Task instructions
Copy out exactly the lines below that run from the one holding "f 133 131 134" to the one holding "f 165 163 166", keeping both of those lines and no others.

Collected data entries
▬▬▬▬▬▬▬▬▬▬

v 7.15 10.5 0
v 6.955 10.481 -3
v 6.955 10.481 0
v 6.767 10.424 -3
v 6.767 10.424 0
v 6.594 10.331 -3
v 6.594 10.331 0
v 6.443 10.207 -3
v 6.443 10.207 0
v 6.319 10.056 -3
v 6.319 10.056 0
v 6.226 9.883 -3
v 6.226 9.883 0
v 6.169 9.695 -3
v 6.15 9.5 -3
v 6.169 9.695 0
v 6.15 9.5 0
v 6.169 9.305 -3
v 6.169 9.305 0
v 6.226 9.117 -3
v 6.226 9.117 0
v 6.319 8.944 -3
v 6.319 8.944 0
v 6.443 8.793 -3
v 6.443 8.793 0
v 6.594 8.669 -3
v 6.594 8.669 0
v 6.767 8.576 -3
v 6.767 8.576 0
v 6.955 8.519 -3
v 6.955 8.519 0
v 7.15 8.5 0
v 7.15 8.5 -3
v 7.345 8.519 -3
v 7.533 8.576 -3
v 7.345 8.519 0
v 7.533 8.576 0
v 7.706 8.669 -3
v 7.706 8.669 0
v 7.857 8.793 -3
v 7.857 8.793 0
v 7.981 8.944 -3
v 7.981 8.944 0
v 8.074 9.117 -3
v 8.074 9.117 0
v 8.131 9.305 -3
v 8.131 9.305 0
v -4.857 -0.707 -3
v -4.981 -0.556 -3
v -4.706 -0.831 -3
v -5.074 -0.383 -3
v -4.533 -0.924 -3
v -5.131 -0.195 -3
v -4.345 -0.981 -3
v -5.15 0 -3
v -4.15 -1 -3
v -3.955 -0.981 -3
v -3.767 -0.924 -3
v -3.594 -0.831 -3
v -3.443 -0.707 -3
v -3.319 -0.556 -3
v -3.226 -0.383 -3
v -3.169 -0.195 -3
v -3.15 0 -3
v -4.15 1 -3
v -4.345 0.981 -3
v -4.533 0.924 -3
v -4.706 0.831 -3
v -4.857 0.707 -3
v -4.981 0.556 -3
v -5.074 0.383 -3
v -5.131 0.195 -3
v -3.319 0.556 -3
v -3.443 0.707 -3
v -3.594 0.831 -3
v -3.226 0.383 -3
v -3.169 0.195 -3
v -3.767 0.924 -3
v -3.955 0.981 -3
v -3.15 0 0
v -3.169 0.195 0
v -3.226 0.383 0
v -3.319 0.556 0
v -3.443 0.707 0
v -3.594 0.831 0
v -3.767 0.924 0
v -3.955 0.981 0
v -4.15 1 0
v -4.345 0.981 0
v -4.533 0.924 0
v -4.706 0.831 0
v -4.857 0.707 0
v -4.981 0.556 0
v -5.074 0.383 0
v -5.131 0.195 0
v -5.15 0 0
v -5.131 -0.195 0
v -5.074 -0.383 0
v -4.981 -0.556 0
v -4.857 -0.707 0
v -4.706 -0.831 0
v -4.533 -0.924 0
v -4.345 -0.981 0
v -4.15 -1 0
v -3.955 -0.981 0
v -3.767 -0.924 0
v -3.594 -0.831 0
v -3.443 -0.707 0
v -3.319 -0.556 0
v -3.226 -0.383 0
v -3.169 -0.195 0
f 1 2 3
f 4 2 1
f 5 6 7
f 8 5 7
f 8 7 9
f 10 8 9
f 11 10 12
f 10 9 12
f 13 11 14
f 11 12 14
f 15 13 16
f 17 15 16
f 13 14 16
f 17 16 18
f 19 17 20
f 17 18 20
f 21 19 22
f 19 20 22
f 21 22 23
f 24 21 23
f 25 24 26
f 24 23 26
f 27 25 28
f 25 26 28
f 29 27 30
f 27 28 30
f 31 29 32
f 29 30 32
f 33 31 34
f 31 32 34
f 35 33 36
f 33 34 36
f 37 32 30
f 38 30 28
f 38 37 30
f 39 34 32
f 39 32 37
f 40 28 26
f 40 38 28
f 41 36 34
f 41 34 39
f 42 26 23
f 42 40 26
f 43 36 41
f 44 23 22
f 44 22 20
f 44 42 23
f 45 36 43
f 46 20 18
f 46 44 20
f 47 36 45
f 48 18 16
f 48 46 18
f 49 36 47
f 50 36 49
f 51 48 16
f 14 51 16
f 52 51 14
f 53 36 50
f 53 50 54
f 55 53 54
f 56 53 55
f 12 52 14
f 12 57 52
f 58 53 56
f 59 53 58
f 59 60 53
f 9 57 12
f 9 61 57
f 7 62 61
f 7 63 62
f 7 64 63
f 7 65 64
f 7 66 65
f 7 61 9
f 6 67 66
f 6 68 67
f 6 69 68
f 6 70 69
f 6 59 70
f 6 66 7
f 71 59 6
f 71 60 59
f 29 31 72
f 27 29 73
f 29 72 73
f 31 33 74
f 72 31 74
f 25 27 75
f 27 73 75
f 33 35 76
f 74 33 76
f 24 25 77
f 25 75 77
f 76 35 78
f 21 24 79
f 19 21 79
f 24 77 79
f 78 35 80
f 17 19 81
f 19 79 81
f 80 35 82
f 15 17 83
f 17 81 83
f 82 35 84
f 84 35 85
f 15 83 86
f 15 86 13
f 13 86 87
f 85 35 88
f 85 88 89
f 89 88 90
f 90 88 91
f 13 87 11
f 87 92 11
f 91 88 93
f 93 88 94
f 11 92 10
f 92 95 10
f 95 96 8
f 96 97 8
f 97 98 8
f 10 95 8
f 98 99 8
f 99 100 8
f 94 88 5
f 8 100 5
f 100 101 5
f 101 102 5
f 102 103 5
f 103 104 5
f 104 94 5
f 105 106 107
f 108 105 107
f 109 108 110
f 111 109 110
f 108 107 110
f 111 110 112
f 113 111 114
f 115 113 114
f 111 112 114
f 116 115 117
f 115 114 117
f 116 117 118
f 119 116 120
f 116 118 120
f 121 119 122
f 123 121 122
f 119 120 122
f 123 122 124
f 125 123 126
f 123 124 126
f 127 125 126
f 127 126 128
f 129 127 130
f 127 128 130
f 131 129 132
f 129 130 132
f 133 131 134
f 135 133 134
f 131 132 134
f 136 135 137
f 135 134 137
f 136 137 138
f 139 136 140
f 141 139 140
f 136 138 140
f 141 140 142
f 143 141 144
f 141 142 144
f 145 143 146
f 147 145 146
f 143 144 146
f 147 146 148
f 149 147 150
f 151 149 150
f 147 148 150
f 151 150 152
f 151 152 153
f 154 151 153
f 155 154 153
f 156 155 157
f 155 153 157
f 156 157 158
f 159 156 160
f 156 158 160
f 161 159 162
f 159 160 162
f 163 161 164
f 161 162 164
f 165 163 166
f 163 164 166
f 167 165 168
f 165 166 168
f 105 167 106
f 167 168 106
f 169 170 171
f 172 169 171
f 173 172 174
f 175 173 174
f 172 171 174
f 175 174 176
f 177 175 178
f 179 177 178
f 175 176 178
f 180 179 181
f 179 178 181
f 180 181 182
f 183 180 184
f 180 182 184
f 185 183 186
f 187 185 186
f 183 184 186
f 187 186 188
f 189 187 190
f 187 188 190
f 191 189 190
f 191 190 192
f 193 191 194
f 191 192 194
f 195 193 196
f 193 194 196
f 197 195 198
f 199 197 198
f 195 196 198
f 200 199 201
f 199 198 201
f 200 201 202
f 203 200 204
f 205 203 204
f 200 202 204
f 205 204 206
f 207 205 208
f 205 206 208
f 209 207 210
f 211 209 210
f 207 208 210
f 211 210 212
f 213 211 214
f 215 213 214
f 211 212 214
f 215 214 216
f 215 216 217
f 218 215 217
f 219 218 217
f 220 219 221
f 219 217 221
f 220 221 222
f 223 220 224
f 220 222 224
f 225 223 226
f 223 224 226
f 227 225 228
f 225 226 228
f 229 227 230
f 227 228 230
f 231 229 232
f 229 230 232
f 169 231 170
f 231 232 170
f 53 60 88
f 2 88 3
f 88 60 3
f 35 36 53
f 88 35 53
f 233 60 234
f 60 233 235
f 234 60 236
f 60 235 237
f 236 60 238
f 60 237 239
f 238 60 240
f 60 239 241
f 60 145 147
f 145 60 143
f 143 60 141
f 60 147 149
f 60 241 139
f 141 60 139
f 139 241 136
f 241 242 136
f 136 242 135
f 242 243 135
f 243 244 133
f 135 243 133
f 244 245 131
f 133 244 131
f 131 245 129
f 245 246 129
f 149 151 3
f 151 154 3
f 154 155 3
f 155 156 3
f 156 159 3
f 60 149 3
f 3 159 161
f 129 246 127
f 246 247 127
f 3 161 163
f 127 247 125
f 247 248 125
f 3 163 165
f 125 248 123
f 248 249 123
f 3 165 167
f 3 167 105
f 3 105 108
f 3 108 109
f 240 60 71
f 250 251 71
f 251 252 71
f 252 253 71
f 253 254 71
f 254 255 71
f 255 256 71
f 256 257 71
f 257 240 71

▬▬▬▬▬▬▬▬▬▬

Response to this exercise
f 133 131 134
f 135 133 134
f 131 132 134
f 136 135 137
f 135 134 137
f 136 137 138
f 139 136 140
f 141 139 140
f 136 138 140
f 141 140 142
f 143 141 144
f 141 142 144
f 145 143 146
f 147 145 146
f 143 144 146
f 147 146 148
f 149 147 150
f 151 149 150
f 147 148 150
f 151 150 152
f 151 152 153
f 154 151 153
f 155 154 153
f 156 155 157
f 155 153 157
f 156 157 158
f 159 156 160
f 156 158 160
f 161 159 162
f 159 160 162
f 163 161 164
f 161 162 164
f 165 163 166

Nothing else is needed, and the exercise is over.